— WORK ORDER —
Give back exactly the lines of the entries below from the line with "#40=DIRECTION('',(-1.,0.,0.));" to the line with "#49=LINE('',#45,#48);", inclusive, and only those.

— DATA —

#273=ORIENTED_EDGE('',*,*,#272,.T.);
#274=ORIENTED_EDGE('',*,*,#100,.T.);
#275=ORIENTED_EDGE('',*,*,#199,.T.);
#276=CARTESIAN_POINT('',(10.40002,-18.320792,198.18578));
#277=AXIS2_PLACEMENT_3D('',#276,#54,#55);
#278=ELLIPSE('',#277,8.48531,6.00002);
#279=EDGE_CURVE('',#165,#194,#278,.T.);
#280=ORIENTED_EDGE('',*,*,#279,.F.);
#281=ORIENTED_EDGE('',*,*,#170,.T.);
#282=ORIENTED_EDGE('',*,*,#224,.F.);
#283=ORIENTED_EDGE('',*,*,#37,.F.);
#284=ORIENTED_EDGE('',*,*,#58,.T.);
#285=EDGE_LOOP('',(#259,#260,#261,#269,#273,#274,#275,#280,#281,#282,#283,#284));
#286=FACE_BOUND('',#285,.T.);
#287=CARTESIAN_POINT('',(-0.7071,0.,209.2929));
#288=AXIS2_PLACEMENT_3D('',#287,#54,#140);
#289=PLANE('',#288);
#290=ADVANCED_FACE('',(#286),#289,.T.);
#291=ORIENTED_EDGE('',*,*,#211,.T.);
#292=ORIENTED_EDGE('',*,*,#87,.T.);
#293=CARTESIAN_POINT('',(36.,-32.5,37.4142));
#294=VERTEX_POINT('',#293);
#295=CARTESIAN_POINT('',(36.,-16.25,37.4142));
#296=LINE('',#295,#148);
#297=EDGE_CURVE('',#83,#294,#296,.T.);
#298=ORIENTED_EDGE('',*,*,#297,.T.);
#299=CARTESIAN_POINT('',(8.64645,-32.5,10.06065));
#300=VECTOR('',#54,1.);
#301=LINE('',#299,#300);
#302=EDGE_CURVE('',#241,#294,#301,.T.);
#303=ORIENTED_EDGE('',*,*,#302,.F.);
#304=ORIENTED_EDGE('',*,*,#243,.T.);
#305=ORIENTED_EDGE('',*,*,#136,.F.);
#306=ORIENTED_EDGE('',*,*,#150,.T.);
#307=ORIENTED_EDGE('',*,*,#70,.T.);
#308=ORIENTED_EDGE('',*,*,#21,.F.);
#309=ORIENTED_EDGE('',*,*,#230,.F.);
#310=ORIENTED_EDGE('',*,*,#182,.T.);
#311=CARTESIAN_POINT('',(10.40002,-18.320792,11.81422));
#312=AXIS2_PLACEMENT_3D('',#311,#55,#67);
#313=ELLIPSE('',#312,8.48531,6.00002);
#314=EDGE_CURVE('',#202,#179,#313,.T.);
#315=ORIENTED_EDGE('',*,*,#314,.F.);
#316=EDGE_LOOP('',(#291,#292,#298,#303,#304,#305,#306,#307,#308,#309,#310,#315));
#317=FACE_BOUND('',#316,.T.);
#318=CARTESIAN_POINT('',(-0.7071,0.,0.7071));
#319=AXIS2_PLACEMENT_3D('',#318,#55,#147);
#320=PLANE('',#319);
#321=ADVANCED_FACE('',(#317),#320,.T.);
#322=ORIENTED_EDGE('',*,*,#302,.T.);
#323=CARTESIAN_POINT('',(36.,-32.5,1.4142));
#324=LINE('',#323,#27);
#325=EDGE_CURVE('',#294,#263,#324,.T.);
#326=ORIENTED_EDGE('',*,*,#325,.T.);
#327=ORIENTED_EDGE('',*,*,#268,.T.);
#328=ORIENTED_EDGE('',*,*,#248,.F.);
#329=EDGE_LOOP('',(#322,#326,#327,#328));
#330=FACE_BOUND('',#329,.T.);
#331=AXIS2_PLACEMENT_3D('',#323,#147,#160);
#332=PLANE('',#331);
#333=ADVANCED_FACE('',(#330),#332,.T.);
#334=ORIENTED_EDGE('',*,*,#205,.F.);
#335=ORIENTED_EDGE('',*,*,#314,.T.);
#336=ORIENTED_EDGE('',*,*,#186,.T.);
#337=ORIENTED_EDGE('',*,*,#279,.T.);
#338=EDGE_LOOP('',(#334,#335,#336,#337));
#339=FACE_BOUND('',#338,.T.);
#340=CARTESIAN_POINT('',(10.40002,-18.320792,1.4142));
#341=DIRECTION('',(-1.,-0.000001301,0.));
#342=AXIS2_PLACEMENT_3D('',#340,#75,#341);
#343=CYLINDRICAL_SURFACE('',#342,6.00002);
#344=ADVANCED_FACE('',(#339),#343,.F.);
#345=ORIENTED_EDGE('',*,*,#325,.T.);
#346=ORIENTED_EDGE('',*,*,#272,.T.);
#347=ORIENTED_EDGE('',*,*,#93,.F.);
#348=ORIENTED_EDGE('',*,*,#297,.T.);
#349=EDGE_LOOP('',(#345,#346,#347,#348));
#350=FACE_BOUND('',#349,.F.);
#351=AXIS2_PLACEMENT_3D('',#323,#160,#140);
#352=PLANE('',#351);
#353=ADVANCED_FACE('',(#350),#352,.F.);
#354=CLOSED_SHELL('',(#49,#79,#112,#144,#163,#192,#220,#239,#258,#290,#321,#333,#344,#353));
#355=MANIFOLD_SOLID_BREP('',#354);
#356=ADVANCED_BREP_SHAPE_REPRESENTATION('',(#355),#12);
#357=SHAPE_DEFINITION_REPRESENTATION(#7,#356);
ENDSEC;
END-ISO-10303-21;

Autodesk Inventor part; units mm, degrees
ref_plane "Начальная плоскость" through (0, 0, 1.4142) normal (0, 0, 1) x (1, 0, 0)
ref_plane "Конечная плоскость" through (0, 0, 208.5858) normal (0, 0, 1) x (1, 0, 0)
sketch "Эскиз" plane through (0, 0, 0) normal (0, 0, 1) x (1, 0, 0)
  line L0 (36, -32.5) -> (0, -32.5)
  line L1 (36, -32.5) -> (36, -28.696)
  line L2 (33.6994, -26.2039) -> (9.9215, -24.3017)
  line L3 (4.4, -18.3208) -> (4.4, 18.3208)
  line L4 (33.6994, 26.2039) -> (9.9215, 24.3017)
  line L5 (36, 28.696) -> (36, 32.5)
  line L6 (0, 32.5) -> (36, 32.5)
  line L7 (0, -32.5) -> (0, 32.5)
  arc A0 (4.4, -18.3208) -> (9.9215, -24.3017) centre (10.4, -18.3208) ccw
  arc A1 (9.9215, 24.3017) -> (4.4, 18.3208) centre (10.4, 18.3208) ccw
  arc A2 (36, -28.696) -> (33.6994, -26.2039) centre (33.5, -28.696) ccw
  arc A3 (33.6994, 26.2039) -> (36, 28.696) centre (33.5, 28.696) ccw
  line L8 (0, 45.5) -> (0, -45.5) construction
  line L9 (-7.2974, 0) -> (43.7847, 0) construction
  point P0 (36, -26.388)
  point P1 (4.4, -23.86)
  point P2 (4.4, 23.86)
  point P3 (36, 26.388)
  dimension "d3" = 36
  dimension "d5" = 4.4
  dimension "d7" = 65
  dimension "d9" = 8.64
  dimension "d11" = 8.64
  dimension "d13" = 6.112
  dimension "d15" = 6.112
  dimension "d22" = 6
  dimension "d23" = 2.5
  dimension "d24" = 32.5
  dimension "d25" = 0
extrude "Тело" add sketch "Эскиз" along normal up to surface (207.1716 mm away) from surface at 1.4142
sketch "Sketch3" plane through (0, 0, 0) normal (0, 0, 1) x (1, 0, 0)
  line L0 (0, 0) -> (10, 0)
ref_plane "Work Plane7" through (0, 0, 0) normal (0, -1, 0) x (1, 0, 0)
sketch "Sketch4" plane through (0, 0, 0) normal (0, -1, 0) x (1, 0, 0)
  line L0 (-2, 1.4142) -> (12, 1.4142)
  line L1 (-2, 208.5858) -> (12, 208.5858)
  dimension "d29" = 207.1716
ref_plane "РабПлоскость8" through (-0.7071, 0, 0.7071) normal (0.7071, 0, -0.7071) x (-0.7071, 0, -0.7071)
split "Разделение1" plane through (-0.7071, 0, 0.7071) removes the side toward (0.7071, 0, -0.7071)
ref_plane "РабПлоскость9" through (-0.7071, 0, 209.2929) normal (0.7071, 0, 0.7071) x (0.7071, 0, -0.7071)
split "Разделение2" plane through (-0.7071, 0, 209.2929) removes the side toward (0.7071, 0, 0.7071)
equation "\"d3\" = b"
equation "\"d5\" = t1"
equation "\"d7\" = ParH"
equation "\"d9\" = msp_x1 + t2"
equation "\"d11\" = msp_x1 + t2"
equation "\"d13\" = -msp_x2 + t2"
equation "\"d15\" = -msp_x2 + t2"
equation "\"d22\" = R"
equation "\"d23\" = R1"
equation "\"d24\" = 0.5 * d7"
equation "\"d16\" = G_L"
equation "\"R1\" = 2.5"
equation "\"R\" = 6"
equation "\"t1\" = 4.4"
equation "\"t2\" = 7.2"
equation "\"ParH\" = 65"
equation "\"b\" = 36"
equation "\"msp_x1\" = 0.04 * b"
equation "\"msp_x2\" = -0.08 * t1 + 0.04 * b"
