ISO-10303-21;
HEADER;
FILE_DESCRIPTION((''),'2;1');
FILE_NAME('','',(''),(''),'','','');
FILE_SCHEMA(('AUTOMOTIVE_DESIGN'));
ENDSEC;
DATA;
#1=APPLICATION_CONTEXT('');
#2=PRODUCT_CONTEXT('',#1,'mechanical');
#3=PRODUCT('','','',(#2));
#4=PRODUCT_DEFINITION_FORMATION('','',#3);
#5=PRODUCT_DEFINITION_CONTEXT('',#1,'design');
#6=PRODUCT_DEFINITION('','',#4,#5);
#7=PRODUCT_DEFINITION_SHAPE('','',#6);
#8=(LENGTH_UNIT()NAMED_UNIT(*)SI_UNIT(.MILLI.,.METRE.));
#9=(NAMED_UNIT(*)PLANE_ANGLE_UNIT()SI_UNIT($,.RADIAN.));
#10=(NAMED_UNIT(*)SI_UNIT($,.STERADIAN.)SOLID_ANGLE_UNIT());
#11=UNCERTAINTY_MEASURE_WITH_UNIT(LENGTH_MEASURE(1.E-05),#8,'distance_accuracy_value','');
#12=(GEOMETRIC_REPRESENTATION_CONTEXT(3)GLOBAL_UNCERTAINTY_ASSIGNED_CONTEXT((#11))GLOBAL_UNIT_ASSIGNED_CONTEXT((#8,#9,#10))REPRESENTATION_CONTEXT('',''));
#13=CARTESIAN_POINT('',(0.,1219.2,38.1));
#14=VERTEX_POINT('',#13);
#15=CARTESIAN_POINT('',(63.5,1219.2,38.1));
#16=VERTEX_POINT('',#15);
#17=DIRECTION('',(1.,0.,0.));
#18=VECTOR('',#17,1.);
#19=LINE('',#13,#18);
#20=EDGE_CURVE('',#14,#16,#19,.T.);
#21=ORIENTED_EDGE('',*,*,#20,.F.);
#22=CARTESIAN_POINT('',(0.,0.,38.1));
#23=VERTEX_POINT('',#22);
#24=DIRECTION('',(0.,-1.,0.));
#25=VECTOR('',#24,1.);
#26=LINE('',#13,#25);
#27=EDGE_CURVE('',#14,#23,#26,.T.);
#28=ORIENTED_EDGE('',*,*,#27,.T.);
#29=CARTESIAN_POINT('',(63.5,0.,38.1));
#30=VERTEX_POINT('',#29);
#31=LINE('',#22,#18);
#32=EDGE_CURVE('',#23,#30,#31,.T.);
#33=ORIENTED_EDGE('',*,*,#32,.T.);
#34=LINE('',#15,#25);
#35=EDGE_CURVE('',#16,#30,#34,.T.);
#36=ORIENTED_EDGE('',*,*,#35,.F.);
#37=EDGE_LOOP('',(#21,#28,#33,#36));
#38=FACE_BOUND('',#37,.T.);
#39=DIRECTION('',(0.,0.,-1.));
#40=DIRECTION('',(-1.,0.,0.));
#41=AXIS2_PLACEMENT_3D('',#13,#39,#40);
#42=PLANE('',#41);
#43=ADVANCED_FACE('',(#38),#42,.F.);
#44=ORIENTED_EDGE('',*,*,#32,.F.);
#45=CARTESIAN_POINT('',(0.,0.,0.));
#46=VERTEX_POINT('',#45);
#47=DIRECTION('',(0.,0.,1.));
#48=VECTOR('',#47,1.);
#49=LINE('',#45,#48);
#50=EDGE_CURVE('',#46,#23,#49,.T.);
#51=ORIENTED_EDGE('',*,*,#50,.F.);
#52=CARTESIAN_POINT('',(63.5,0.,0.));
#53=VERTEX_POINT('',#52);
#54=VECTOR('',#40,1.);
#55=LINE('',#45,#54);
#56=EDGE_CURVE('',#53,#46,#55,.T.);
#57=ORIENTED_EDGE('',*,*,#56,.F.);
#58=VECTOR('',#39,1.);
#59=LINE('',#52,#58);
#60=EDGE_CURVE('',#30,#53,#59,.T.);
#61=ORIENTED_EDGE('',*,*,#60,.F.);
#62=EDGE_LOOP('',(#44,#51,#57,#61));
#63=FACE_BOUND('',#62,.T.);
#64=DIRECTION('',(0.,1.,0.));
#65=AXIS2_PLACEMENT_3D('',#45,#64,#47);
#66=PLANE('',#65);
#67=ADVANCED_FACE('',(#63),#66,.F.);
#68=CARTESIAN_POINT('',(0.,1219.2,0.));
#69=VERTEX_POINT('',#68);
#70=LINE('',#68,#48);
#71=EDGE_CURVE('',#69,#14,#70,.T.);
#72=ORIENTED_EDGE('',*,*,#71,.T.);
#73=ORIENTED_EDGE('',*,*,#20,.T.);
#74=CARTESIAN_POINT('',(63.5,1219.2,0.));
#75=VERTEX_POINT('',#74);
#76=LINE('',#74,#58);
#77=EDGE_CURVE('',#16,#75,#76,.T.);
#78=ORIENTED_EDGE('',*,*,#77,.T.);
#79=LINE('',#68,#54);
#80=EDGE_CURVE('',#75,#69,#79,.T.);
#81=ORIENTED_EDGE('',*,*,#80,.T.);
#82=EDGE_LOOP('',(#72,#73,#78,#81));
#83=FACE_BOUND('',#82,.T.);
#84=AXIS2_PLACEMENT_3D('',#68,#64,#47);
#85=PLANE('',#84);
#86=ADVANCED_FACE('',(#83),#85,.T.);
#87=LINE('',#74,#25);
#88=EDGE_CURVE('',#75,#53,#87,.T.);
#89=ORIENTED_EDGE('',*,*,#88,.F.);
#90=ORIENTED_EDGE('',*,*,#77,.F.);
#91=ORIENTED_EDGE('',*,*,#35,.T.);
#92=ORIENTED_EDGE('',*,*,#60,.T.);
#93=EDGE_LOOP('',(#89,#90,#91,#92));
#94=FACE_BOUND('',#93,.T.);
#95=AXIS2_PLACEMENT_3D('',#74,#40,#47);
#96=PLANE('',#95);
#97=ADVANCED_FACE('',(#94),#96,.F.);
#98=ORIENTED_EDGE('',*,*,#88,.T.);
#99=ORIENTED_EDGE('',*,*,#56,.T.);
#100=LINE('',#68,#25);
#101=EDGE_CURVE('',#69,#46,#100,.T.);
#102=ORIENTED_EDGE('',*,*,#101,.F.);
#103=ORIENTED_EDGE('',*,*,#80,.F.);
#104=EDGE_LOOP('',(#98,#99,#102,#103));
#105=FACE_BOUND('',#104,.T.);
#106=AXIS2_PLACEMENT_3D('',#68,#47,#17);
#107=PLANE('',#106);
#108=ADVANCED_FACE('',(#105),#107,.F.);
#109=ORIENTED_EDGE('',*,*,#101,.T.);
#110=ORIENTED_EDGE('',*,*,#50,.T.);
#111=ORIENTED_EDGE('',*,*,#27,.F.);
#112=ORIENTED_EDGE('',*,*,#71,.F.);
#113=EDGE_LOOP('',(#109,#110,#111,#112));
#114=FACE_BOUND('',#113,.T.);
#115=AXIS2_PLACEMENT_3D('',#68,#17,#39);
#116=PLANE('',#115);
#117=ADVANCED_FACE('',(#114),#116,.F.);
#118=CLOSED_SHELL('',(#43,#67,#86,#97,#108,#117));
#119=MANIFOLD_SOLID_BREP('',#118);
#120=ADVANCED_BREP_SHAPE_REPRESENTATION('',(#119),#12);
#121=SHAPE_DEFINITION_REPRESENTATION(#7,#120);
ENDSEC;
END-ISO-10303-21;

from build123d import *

# Parameters (mm, degrees)
SKETCH1_W           = 63.5
SKETCH1_H           = 38.1
BOSS_EXTRUDE1_DEPTH = 1219.2


with BuildPart() as part:
    # Sketch1 → Boss-Extrude1 (new body)
    with BuildSketch(Plane(origin=(0, 0, 0), x_dir=(1, 0, 0), z_dir=(0, 1, 0))):
        with Locations((31.75, -19.05)):
            Rectangle(SKETCH1_W, SKETCH1_H)
    extrude(amount=BOSS_EXTRUDE1_DEPTH)


solid = part.part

— RESPONSE TO THIS TASK —
#40=DIRECTION('',(-1.,0.,0.));
#41=AXIS2_PLACEMENT_3D('',#13,#39,#40);
#42=PLANE('',#41);
#43=ADVANCED_FACE('',(#38),#42,.F.);
#44=ORIENTED_EDGE('',*,*,#32,.F.);
#45=CARTESIAN_POINT('',(0.,0.,0.));
#46=VERTEX_POINT('',#45);
#47=DIRECTION('',(0.,0.,1.));
#48=VECTOR('',#47,1.);
#49=LINE('',#45,#48);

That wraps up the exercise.